To do so would be to engage in a sort of oppositional reading that veers away from interpretation into fantasy, in the same way that Jim Harbaugh empathizes with the lake and not the Edmund Fitzgerald. First of all, while you can never know someone’s soul, Benetti is in public and by all personal accounts a kind and decent and humble person, perpetually excited by his success in doing what he loves.
And that success is very real. Benetti quickly became a national presence and is one of the top broadcasters in the game, a man whose calm and unassuming excellence belies an incredible amount of preparation and professionalism. For years I’ve been waiting for him to jump to ESPN or something. We’ve been lucky to have him on the Sox for this long.
The White Sox, though, don’t think they’ve been lucky. They think that Jason has been blessed to be the one bright spot of this franchise through years of a failed rebuild. I don’t know what kind of respect Benetti asked for, but it is clear that the Sox think he owed them, and not the other way around.
This is extremely fitting for the White Sox. The tenure of Jerry Reinsdorf has been marked by a two-pronged approach to personnel: There are company men with lifelong tenure, and then there is everybody else. Reinsdorf’s animosity toward workers is the backbone of the franchise. Unless you are a Yes Man, you are not doing things the White Sox Way. Those who have curdled their souls into pure lickspittery have internalized this message. And so when Benetti asked for more respect, the White Sox way is to ask, “Who the fuck do you think you are? We’re the White Sox.”
This unearned arrogance permeates the organization. For one of the least-successful franchises in sports, in terms of championships and playoff appearances, every White Sox upper management employee feels that the fan base, and anyone lucky enough to work for them, owes them eternal gratitude. It’s grotesque in that particular British lord sort of way: Do you know who my great-great-great-grandfather was???

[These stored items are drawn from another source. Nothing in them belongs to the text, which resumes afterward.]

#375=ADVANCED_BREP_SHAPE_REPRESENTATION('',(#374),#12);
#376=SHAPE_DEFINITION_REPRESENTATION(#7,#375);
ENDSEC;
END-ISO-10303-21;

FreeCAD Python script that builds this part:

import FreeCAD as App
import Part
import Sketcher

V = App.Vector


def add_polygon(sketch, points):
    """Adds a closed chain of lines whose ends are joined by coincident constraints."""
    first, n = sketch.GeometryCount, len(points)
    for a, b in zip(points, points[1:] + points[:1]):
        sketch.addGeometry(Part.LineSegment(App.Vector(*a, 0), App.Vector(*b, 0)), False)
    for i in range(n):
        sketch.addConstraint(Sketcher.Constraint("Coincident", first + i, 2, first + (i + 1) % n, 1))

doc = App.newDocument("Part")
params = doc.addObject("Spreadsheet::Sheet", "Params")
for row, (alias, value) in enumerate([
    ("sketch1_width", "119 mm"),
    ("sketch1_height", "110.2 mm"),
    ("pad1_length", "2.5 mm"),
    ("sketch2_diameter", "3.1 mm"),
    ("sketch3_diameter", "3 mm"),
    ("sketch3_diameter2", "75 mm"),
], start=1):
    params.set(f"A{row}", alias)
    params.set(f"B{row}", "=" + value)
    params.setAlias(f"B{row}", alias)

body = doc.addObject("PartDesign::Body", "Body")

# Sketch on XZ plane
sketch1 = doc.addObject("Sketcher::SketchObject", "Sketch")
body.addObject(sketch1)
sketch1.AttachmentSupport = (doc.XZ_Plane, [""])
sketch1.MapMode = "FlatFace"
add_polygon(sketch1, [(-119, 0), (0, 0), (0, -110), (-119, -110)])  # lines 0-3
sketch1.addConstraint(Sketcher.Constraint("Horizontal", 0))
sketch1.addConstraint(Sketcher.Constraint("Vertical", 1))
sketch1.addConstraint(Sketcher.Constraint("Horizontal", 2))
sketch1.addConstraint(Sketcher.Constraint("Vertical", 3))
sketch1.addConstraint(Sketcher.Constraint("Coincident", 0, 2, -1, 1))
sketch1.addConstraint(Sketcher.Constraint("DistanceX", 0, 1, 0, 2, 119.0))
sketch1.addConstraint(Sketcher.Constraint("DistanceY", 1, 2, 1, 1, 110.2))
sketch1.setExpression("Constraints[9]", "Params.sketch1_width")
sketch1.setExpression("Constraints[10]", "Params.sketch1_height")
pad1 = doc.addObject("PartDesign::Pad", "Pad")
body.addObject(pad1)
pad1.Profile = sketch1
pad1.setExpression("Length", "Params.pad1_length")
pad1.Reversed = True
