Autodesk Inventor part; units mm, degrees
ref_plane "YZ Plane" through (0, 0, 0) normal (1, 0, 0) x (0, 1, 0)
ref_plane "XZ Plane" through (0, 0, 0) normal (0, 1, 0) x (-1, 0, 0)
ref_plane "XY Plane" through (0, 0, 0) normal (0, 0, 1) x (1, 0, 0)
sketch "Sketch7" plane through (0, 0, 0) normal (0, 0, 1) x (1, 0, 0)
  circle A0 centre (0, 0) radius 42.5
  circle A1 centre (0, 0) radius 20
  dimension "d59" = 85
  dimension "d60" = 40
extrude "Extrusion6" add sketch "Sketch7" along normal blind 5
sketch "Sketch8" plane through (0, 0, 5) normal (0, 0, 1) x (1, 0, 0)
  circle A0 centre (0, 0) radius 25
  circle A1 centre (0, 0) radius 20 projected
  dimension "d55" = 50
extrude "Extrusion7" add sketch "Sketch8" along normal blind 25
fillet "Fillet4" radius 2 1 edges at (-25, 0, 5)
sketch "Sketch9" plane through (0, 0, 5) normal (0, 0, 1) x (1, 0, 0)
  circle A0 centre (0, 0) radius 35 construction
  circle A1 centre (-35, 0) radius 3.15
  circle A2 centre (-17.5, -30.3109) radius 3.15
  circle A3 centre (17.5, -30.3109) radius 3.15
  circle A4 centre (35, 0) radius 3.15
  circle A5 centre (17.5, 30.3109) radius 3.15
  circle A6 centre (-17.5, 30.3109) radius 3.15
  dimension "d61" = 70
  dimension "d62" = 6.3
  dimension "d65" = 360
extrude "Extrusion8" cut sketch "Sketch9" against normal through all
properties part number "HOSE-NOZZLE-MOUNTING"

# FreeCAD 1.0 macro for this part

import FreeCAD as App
import Part
import Sketcher
from FreeCAD import Vector


def edges_at(feature, points):
    """Names of the edges that pass closest to the given points."""
    edges = feature.Shape.Edges
    near = lambda p: min(range(len(edges)), key=lambda i: edges[i].distToShape(Part.Vertex(*p))[0])
    return sorted({f"Edge{near(p) + 1}" for p in points})

doc = App.newDocument("Part")
body = doc.addObject("PartDesign::Body", "Body")

# Sketch on XY plane
sketch1 = body.newObject("Sketcher::SketchObject", "Sketch")
sketch1.AttachmentSupport = (doc.getObject("XY_Plane"), [""])
sketch1.MapMode = "FlatFace"
sketch1.addGeometry([
    Part.Circle(Vector(0, 0, 0), Vector(0, 0, 1), 42),
    Part.Circle(Vector(0, 0, 0), Vector(0, 0, 1), 20),
], False)
sketch1.addConstraint([
    Sketcher.Constraint("Coincident", 0, 3, -1, 1),
    Sketcher.Constraint("Coincident", 1, 3, -1, 1),
    Sketcher.Constraint("Diameter", 0, 85.0),
    Sketcher.Constraint("Diameter", 1, 40.0),
])
pad1 = body.newObject("PartDesign::Pad", "Pad")
pad1.Profile = sketch1
pad1.Length = 5

# Sketch on XY plane
sketch2 = body.newObject("Sketcher::SketchObject", "Sketch001")
sketch2.AttachmentSupport = (doc.getObject("XY_Plane"), [""])
sketch2.MapMode = "FlatFace"
sketch2.AttachmentOffset = App.Placement(Vector(0, 0, 5), App.Rotation())
sketch2.addGeometry([
    Part.Circle(Vector(0, 0, 0), Vector(0, 0, 1), 25),
    Part.Circle(Vector(0, 0, 0), Vector(0, 0, 1), 20),
], False)
sketch2.addConstraint([
    Sketcher.Constraint("Coincident", 0, 3, -1, 1),
    Sketcher.Constraint("Coincident", 1, 3, -1, 1),
    Sketcher.Constraint("Diameter", 0, 50.0),
    Sketcher.Constraint("Diameter", 1, 40.0),
])
pad2 = body.newObject("PartDesign::Pad", "Pad001")
pad2.Profile = sketch2
pad2.Length = 25
doc.recompute()

fillet = body.newObject("PartDesign::Fillet", "Fillet")
fillet.Base = (pad2, edges_at(pad2, [(-25, 0, 5)]))
fillet.Radius = 2

# Sketch on XY plane
sketch3 = body.newObject("Sketcher::SketchObject", "Sketch002")
sketch3.AttachmentSupport = (doc.getObject("XY_Plane"), [""])
sketch3.MapMode = "FlatFace"
sketch3.AttachmentOffset = App.Placement(Vector(0, 0, 5), App.Rotation())
sketch3.addGeometry([
    Part.Circle(Vector(-35, 0, 0), Vector(0, 0, 1), 3.1),  # 0
    Part.Circle(Vector(-17.5, -30.3, 0), Vector(0, 0, 1), 3.1),  # 1
    Part.Circle(Vector(17.5, -30.3, 0), Vector(0, 0, 1), 3.1),  # 2
    Part.Circle(Vector(35, 0, 0), Vector(0, 0, 1), 3.1),  # 3
    Part.Circle(Vector(17.5, 30.3, 0), Vector(0, 0, 1), 3.1),  # 4
    Part.Circle(Vector(-17.5, 30.3, 0), Vector(0, 0, 1), 3.1),  # 5
], False)
sketch3.addConstraint([
    Sketcher.Constraint("Equal", 0, 1),
    Sketcher.Constraint("Equal", 1, 2),
    Sketcher.Constraint("Equal", 2, 3),
    Sketcher.Constraint("Equal", 3, 4),
    Sketcher.Constraint("Equal", 4, 5),
    Sketcher.Constraint("Symmetric", 0, 3, 3, 3, -1, 1),
    Sketcher.Constraint("Symmetric", 1, 3, 4, 3, -1, 1),
    Sketcher.Constraint("Symmetric", 2, 3, 5, 3, -1, 1),
    Sketcher.Constraint("Symmetric", 1, 3, 2, 3, -2),
    Sketcher.Constraint("PointOnObject", 0, 3, -1),
    Sketcher.Constraint("Diameter", 0, 6.3),
    Sketcher.Constraint("DistanceX", 0, 3, 3, 3, 70.0),
    Sketcher.Constraint("DistanceX", 1, 3, 2, 3, 35.0),
    Sketcher.Constraint("DistanceY", 1, 3, -1, 1, 30.311),
])
pocket1 = body.newObject("PartDesign::Pocket", "Pocket")
pocket1.Profile = sketch3
pocket1.Type = "ThroughAll"

doc.recompute()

Of course, it wasn’t always this way. The Sox, since at least 1990 until around 2012, put together mostly good teams, with a few short-lived valleys and some peaks. The fan base was strong and loyal. It felt, if not always good to be a White Sox fan, like you were part of something.
That’s not the case anymore. A decade of failure culminating in the bitterness of this rebuild crashing down haphazardly into amoral avarice has changed everything. We’re a byword for what can go wrong with a franchise. The stench of it lives inside every nook and cranny of the worst-named ballpark in baseball.
Boyer, as much as anyone, is a good symbol of decline. When he started, he was fresh and energetic and seemed to perfectly channel the chip on our shoulders. I remember, during a period where we were good and the Cubs were bad, him putting up billboards in Wrigleyville that said “Major League Baseball: 10 Miles South.” Grinder Ball, run out for all of 2005, struck a chord that bled into the next season, if only. He seemed like one of us.
But decades of keeping a job in Jerry’s fiefdom means internalizing that arrogance. It means being outraged that anyone would dare question your in-declaration-only commitment to excellence. It means being rude and dismissive to one of the few wonderful things about being a White Sox fan.
You don’t have to be a weatherman to know which way the wind is blowing. More and more people are saying, “To hell with this franchise.” There is a reckoning coming that the suits on 35th are too arrogant to comprehend. They can barely process that we won’t be grateful to them for maintaining the White Sox Way, which is stepping on rakes and demanding to be praised for not stepping on them.
There were things to be proud of in being a White Sox fan. It was considered cool, if perhaps quixotic. But now? Now people feel bad for you. Friends send texts commiserating multiple failures. Most people would prefer to quickly change the subject, partly to avoid secondhand embarrassment — but also for your sake.
They pretend you aren’t a White Sox fan out of respect. It’s just about all we have left.